Du versuchst, aus den vorgegebenen Systemen von jME auszubrechen, demnach solltest du weiter unten ansetzen, z.B. mal Application anstatt SimpleApplication nutzen (aber Achtung: Hier muss Du vieles selbst machen).
Wenn ich ausbrechen muss, dann versuche ich immer, nach der Initialisierung von jME in meinen eigenen Initialisierungen manches wieder aufzuheben. Du könntest das mit dem Mauscursor, dem MouseListener, usw. mal versuchen.


----------



## TheMuh (8. Jul 2011)

ok verstehe .... befinde mich ja noch in den anfängen jme zu verstehen ..

Ich will im Grunde nur eine Auskunft dahingehend OB es überhaupt realiserbar ist und ich nicht nach vielen Einarbeitungen vor vollendeten Tatsachen stehe und das schon grundsätzlich nicht möglich ist... die Zeit könnt ich dann anderweitig sinnvoller einsetzen ...

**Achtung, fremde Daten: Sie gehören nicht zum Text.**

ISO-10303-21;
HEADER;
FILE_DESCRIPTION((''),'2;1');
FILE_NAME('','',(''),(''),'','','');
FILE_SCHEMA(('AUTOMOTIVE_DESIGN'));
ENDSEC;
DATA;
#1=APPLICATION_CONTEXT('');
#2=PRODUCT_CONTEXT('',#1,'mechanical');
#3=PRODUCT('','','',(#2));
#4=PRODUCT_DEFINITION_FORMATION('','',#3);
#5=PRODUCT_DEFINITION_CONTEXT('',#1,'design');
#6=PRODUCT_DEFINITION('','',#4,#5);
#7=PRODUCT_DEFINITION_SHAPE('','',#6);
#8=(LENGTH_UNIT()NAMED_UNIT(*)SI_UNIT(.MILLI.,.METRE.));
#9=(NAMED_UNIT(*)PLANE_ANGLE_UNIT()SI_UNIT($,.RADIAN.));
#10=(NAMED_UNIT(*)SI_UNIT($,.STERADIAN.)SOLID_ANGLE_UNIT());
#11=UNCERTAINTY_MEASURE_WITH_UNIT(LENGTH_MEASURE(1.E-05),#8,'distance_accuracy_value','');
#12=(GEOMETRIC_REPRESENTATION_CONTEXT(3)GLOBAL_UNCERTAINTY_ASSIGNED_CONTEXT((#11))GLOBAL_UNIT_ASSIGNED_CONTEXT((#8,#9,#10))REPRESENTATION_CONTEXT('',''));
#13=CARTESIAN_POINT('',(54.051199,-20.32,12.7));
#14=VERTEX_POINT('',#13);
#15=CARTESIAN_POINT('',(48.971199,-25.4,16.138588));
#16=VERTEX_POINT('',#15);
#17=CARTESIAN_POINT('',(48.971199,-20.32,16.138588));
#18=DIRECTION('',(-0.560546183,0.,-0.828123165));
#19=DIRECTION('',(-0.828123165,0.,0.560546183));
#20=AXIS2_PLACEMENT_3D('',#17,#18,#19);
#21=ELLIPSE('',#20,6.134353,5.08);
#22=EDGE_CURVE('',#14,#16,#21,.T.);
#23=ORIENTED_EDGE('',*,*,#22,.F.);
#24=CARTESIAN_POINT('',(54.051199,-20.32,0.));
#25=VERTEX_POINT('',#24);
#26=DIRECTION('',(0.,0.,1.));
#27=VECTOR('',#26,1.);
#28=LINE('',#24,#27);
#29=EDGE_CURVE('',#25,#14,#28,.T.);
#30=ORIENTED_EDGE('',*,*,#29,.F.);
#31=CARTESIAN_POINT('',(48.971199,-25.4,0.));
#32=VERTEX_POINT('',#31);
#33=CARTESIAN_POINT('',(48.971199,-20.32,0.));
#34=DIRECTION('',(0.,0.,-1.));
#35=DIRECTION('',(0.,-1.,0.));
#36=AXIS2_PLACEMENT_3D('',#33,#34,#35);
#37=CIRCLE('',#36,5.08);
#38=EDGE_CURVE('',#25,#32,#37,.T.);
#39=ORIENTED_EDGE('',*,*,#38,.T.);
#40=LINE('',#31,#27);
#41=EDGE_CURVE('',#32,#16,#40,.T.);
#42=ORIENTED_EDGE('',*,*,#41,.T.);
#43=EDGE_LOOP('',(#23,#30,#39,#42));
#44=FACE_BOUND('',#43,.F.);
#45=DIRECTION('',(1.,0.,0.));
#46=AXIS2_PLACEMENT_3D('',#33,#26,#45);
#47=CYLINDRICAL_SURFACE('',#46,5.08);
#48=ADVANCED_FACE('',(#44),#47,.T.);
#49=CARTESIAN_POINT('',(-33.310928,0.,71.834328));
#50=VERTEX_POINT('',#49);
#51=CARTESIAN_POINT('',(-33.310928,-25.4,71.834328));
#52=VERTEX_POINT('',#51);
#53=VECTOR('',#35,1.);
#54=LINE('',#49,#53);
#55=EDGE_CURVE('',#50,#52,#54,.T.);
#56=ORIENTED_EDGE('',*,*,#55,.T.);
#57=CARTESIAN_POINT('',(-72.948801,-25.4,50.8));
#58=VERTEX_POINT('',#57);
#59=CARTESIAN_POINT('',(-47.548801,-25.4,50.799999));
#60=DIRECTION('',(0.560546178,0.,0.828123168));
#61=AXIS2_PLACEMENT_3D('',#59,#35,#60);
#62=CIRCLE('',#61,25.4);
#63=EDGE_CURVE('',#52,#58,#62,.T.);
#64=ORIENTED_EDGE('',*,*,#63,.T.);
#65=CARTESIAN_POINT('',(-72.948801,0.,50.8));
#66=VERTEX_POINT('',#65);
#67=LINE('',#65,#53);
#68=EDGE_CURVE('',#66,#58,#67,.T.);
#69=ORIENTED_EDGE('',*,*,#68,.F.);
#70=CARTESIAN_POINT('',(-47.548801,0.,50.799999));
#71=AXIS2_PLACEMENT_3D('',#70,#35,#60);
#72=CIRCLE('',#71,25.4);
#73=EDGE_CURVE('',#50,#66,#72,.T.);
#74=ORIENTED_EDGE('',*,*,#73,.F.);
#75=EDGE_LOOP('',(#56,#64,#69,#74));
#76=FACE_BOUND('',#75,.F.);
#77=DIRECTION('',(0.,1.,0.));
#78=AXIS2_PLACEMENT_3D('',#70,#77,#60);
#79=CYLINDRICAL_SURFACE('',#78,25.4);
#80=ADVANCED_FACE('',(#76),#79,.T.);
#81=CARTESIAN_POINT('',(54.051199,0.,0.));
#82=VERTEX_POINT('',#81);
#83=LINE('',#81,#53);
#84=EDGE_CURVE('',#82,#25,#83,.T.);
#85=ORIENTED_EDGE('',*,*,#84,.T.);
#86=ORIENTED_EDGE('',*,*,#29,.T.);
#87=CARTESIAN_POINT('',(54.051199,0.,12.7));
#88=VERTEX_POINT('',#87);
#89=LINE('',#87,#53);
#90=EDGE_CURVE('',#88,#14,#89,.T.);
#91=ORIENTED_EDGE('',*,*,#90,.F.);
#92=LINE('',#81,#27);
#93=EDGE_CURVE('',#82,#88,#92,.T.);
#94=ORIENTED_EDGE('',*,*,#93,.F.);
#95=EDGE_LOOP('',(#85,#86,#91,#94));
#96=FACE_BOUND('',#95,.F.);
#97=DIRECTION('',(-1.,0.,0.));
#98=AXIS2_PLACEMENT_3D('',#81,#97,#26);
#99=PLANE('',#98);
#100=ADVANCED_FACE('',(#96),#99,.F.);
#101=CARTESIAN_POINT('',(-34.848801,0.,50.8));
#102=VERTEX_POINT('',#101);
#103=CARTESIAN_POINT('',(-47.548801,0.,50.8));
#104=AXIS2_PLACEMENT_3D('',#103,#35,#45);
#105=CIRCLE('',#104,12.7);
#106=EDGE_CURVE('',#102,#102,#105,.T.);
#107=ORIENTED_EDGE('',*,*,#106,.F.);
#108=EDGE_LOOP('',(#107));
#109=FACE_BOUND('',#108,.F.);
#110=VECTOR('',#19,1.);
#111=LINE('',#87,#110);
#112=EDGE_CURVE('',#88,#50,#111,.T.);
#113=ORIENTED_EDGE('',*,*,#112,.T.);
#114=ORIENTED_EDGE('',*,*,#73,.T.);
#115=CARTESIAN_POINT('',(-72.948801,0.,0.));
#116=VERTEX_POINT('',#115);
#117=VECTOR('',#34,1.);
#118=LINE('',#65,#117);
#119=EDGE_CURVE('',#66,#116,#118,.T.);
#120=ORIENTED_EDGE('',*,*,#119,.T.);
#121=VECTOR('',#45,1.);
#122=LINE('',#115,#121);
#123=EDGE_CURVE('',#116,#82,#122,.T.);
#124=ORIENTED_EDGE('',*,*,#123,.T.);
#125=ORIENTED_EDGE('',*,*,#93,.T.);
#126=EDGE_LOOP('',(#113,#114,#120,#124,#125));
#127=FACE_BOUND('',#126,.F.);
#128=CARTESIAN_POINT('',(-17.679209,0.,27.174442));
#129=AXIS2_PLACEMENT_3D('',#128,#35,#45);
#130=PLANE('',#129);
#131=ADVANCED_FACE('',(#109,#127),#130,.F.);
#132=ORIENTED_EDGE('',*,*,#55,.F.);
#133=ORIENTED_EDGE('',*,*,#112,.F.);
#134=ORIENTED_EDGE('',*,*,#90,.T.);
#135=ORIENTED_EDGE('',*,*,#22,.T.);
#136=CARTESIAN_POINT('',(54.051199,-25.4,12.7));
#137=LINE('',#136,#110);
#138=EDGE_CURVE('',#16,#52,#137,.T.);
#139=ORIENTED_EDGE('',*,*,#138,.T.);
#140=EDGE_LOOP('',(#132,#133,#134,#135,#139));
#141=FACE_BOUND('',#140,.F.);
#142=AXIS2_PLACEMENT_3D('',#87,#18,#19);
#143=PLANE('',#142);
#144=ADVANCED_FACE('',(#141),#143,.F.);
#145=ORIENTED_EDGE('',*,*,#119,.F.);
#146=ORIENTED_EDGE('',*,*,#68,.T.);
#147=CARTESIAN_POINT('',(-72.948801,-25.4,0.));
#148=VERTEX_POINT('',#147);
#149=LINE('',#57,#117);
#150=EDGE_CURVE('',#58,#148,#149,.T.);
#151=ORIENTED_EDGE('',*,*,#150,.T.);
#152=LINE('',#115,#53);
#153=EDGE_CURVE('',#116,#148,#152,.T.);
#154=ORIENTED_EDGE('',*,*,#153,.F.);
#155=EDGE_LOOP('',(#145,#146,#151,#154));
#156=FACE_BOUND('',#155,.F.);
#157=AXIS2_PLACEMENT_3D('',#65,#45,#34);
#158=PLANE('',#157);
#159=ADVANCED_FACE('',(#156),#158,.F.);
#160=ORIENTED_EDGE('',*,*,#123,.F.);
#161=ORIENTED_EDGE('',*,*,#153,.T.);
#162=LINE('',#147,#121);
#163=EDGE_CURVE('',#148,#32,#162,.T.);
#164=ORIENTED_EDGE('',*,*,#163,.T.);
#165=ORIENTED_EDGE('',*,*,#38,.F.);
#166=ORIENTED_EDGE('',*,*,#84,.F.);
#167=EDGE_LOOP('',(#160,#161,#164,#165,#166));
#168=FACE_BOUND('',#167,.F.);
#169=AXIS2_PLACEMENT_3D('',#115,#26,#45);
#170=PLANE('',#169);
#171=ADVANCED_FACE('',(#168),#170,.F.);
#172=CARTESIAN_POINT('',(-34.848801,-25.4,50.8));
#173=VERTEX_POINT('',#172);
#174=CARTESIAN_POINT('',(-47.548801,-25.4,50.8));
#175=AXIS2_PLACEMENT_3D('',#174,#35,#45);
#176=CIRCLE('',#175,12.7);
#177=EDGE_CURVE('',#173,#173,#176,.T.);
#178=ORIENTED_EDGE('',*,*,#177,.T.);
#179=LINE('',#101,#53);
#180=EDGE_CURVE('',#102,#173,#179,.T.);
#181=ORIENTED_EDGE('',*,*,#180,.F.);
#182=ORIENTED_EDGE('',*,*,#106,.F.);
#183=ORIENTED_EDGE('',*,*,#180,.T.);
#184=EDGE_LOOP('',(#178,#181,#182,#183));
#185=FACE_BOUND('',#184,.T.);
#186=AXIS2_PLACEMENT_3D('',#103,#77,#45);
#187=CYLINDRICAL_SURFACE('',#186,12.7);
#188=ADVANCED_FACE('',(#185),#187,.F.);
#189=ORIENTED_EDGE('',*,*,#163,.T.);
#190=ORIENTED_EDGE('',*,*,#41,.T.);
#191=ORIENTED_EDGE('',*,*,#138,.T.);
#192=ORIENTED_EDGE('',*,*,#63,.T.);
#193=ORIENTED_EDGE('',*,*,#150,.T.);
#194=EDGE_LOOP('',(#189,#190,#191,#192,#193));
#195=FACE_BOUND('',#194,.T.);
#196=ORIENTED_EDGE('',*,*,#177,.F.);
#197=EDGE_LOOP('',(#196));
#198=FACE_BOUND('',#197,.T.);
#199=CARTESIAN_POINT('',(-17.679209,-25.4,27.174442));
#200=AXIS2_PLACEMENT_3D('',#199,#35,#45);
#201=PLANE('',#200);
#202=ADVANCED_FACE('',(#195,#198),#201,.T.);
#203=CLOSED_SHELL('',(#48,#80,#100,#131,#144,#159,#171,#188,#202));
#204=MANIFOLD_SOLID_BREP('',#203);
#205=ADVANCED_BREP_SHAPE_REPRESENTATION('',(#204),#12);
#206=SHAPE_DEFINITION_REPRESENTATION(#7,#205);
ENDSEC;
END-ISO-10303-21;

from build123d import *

# Parameters (mm, degrees)
F0_R     = 12.7
F1_DEPTH = 25.4
F2_R     = 5.08


with BuildPart() as f1:
    # F0 (on Front) → F1 (new body)
    with BuildSketch(Plane.XZ):
        with BuildLine():
            Line((54.051199, 12.7), (-33.310928, 71.834328))
            ThreePointArc((-33.310928, 71.834328), (-59.45506, 73.236599), (-72.948801, 50.8))
            Line((-72.948801, 50.8), (-72.948801, 0))
            Line((-72.948801, 0), (54.051199, 0))
            Line((54.051199, 0), (54.051199, 12.7))
        make_face()
        with Locations((-47.548801, 50.8)):
            Circle(F0_R, mode=Mode.SUBTRACT)
    extrude(amount=F1_DEPTH)

    # F2
    f2_edges = [f1.edges().sort_by_distance(p)[0] for p in [
        (54.051199, -25.4, 6.35),
    ]]
    fillet(f2_edges, radius=F2_R)


solid = f1.part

Also, kann ich davon ausgehen das es grundsätzlich in jedem Fall möglich ist eine vollwertige Maussteuerung für ein jme Canvas innerhalb einer Swing Umgebung zu erstellen ?
Mit Vollwertig mein ich, das ein einfacher Mausclick direkt an die jme Umgebung weitergegeben werden kann...   ???:L


----------



## Kr0e (8. Jul 2011)

Warum nochmal willst du JME mit Swing mischen ? JME hat ein natives OpenGL Fenster ... Mischen ist unperformant und sieht auch nciht schön aus... (Willst du ein Spiel amchen ?) Außerdem achte darauf, dass Swing in einem anderen Thread läufT! Du kannst also nicht einfach Node.attach(blabalabla) von einem MouseListener aus aufrufen.... Das erzeugt Inkonsistenz!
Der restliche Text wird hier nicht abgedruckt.